__Task requirements__. The required output is a copy of each line in the material below that includes "fillet".

__Provided records__.
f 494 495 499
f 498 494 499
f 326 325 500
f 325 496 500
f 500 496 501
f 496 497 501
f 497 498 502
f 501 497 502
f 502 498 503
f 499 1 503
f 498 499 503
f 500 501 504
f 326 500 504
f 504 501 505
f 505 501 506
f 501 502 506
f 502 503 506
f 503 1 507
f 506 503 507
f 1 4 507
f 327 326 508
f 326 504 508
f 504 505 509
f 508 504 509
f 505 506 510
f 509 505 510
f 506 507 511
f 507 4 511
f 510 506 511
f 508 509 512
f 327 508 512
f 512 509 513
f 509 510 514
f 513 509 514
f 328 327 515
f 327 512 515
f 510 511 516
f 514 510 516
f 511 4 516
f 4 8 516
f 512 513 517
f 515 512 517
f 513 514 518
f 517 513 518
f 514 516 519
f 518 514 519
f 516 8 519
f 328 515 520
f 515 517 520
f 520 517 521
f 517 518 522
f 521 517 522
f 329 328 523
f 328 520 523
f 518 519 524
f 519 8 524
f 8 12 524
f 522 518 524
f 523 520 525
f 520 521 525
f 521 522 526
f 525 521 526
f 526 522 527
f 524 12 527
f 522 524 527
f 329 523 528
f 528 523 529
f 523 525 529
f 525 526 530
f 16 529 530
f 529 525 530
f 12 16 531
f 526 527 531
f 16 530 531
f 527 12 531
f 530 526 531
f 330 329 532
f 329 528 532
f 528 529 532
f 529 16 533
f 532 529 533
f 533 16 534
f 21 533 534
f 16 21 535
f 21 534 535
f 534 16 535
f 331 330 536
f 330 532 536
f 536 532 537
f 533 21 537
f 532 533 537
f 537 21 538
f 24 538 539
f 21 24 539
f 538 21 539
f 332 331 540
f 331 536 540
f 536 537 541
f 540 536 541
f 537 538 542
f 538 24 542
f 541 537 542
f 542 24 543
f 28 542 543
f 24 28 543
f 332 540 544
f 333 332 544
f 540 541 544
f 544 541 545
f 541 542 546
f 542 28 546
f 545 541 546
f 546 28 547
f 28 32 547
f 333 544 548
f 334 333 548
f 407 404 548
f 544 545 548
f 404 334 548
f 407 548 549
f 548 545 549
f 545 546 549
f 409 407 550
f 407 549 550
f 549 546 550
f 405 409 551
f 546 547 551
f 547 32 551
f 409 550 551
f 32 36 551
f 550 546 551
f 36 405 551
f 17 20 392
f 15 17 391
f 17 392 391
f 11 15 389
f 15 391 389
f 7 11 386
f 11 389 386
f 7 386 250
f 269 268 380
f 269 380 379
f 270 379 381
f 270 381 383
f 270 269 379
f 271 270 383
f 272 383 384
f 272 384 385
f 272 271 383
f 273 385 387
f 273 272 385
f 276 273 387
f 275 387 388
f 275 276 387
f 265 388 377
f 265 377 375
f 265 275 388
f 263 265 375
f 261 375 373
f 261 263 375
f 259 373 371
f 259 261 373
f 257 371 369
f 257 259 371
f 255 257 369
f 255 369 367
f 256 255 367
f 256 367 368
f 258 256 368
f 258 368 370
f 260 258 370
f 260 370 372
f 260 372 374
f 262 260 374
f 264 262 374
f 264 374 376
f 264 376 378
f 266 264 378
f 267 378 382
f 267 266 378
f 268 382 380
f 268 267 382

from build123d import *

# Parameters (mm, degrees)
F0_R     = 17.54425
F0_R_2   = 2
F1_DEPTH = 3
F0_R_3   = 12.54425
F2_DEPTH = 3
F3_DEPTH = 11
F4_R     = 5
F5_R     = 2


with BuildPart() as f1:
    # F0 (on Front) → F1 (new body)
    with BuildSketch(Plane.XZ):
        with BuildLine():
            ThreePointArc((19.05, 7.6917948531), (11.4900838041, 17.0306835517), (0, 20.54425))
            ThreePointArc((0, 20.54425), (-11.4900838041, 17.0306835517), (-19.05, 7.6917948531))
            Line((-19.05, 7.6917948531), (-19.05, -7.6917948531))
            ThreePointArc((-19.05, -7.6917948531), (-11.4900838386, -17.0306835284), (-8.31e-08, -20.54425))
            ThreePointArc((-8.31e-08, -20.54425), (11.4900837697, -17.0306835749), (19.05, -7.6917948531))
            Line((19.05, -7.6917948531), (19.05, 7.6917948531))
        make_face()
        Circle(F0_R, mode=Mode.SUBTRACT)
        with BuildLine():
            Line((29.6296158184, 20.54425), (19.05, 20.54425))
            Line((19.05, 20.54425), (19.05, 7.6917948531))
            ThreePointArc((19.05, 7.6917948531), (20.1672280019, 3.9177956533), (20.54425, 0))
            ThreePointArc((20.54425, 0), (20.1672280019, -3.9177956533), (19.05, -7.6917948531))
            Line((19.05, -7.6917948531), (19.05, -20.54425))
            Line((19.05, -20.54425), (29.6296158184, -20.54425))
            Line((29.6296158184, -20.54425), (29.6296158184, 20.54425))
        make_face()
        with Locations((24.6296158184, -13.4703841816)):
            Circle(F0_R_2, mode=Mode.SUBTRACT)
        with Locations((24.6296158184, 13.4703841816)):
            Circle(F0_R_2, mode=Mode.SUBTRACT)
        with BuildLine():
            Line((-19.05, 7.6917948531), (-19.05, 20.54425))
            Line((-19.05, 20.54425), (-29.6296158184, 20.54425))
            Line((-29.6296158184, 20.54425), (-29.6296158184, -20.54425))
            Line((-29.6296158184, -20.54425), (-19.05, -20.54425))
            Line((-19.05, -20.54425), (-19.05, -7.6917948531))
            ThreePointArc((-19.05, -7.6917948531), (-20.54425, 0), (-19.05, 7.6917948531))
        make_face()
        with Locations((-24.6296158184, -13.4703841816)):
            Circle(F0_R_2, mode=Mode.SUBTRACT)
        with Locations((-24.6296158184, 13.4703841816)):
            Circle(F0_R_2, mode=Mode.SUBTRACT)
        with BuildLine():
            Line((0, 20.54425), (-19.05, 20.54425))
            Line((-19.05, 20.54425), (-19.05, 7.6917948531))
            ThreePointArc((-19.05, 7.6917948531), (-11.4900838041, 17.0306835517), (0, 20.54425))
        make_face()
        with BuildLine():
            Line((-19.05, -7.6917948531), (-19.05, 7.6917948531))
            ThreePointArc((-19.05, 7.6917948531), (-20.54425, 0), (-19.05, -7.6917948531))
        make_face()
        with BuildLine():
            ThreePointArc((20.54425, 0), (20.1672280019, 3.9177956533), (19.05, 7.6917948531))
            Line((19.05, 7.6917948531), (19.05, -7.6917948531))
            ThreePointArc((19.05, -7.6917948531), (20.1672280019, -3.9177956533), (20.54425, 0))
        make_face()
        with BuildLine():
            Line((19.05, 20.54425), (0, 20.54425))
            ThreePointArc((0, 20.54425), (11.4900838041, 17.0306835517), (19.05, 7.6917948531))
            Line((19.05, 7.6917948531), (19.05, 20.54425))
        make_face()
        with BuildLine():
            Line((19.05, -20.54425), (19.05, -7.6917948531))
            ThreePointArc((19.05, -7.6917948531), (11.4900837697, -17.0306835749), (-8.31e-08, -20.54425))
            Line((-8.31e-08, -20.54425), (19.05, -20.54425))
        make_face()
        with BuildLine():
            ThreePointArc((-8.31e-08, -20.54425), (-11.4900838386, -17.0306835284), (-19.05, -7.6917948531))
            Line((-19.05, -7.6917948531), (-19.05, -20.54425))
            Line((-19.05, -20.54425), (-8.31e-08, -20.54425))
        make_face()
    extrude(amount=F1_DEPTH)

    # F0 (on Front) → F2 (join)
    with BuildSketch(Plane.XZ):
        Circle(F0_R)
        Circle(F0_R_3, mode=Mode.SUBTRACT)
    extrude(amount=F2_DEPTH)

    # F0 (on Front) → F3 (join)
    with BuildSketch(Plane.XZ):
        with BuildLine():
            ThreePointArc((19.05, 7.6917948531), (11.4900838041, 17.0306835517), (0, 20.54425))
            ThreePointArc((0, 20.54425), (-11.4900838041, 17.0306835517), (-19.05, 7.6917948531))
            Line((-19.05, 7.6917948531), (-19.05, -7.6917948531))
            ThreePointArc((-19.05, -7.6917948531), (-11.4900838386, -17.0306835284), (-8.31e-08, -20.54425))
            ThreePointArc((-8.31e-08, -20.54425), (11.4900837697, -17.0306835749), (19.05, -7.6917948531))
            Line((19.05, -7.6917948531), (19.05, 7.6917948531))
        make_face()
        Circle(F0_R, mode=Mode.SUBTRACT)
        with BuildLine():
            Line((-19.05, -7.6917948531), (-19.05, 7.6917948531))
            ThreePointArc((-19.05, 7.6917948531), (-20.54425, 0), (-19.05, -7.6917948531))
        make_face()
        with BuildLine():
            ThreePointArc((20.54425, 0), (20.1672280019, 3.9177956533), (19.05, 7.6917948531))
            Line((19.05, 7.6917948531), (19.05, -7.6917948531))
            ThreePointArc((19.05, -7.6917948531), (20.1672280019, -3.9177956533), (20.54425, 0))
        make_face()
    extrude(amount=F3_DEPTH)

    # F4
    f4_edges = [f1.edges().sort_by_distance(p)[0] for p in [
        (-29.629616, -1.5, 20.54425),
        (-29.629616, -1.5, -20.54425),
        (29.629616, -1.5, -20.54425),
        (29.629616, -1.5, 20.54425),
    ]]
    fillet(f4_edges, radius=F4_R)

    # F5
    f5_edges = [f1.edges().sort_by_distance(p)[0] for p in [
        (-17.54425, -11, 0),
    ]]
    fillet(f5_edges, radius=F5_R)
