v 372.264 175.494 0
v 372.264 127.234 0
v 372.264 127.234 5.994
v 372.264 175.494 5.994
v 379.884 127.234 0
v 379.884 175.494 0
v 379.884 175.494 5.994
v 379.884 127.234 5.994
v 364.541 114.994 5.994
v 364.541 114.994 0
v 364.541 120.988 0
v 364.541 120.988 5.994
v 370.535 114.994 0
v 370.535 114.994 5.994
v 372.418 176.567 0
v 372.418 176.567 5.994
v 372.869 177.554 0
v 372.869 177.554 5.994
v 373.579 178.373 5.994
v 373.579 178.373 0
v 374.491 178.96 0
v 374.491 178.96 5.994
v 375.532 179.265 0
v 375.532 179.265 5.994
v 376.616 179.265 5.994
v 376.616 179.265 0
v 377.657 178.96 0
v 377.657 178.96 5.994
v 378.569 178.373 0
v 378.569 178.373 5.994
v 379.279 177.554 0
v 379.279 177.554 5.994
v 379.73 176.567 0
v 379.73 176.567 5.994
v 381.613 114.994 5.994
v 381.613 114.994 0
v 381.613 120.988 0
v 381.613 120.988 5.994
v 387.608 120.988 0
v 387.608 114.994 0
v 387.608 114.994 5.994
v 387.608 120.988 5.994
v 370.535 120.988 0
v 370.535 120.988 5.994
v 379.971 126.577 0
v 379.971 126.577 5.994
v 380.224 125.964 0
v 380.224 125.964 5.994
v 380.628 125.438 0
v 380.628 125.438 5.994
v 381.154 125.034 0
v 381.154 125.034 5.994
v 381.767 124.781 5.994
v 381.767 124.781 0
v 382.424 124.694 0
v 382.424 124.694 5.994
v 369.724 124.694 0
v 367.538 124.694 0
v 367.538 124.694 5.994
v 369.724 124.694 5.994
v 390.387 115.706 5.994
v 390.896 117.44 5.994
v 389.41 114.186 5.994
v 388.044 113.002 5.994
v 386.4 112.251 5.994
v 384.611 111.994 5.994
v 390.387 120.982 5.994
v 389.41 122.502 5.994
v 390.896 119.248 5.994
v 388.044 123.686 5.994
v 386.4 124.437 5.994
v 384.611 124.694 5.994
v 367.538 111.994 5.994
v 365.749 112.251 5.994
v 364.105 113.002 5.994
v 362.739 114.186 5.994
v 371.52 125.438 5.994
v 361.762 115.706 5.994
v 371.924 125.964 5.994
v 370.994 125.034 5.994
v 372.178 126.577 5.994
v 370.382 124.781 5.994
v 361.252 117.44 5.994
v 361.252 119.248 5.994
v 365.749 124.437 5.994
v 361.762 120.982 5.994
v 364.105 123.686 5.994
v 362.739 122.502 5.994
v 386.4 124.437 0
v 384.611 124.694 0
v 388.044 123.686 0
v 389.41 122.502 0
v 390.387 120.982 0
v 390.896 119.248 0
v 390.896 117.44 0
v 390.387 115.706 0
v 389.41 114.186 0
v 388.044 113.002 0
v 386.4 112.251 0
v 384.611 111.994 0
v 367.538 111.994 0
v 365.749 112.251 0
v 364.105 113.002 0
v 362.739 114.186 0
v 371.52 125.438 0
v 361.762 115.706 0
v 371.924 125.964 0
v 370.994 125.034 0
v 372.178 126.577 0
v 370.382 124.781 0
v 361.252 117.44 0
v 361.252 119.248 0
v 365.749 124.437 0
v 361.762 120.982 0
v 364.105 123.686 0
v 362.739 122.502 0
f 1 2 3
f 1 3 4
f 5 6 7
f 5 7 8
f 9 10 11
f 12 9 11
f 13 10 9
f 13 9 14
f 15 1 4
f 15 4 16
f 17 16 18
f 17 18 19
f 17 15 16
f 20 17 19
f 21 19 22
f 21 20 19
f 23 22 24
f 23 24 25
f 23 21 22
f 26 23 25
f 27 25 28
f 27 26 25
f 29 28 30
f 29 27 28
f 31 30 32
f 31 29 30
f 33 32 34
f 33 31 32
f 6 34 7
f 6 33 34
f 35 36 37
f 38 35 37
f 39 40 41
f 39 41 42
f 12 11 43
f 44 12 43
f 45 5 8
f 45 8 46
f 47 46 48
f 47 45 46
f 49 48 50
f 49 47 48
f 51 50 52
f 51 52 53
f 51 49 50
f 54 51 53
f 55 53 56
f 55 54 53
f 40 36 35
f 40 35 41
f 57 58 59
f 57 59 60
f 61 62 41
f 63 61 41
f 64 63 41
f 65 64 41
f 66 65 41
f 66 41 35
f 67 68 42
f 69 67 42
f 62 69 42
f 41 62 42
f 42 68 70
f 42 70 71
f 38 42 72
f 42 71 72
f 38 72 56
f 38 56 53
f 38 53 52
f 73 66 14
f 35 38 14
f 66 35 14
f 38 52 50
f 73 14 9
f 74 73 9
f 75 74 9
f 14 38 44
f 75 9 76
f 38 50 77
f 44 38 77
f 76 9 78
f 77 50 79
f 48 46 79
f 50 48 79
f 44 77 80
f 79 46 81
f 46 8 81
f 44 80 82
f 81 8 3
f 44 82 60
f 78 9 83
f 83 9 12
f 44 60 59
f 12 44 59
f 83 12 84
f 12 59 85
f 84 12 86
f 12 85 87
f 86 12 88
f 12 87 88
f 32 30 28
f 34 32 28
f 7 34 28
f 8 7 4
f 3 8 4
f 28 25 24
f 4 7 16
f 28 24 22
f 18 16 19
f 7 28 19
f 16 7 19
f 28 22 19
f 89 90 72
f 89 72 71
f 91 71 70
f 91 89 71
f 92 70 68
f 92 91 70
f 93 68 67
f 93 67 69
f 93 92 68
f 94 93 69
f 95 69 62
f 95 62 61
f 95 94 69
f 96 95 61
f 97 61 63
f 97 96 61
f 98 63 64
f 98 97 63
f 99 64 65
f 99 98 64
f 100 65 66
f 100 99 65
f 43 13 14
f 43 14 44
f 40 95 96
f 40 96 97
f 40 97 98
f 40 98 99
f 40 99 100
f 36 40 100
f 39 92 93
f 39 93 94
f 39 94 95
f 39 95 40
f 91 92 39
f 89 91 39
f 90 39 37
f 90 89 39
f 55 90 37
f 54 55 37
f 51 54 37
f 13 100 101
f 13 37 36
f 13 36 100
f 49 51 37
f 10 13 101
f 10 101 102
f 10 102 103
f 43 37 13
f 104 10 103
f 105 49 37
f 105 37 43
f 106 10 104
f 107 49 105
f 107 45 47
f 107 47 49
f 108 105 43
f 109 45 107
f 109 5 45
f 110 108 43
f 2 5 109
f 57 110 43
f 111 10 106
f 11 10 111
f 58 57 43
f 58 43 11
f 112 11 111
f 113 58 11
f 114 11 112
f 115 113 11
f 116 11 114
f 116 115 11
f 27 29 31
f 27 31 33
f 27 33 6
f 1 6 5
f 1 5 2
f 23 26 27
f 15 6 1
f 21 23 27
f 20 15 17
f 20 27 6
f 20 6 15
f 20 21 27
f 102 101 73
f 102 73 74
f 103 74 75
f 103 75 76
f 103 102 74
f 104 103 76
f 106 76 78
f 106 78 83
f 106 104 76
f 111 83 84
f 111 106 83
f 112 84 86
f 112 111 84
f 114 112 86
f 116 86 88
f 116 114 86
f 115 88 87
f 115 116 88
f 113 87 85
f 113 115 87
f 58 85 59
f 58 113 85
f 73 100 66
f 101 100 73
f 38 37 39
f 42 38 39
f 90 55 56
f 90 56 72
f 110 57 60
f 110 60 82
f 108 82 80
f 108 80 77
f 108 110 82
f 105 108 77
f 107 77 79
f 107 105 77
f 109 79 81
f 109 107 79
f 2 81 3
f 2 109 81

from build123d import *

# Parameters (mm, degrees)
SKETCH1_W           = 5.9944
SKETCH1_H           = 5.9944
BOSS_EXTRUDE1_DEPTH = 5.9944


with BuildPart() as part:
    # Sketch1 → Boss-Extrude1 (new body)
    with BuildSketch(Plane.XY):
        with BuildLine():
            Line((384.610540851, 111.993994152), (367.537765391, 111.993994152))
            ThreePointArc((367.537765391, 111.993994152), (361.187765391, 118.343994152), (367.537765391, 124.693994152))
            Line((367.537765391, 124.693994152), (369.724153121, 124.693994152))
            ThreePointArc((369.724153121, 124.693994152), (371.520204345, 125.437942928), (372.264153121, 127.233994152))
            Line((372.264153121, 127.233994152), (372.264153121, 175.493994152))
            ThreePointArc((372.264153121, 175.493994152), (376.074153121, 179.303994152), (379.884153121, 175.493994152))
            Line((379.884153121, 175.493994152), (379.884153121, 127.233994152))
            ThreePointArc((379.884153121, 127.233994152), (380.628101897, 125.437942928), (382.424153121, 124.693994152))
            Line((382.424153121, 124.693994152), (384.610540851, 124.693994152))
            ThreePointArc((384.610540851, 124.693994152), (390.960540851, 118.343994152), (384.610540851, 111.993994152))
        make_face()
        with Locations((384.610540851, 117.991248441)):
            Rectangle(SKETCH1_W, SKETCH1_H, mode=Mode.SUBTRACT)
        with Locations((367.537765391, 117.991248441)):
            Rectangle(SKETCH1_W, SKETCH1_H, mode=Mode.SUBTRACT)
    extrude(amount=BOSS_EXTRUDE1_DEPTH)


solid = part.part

__Exercise solution__.
    fillet(f4_edges, radius=F4_R)
    fillet(f5_edges, radius=F5_R)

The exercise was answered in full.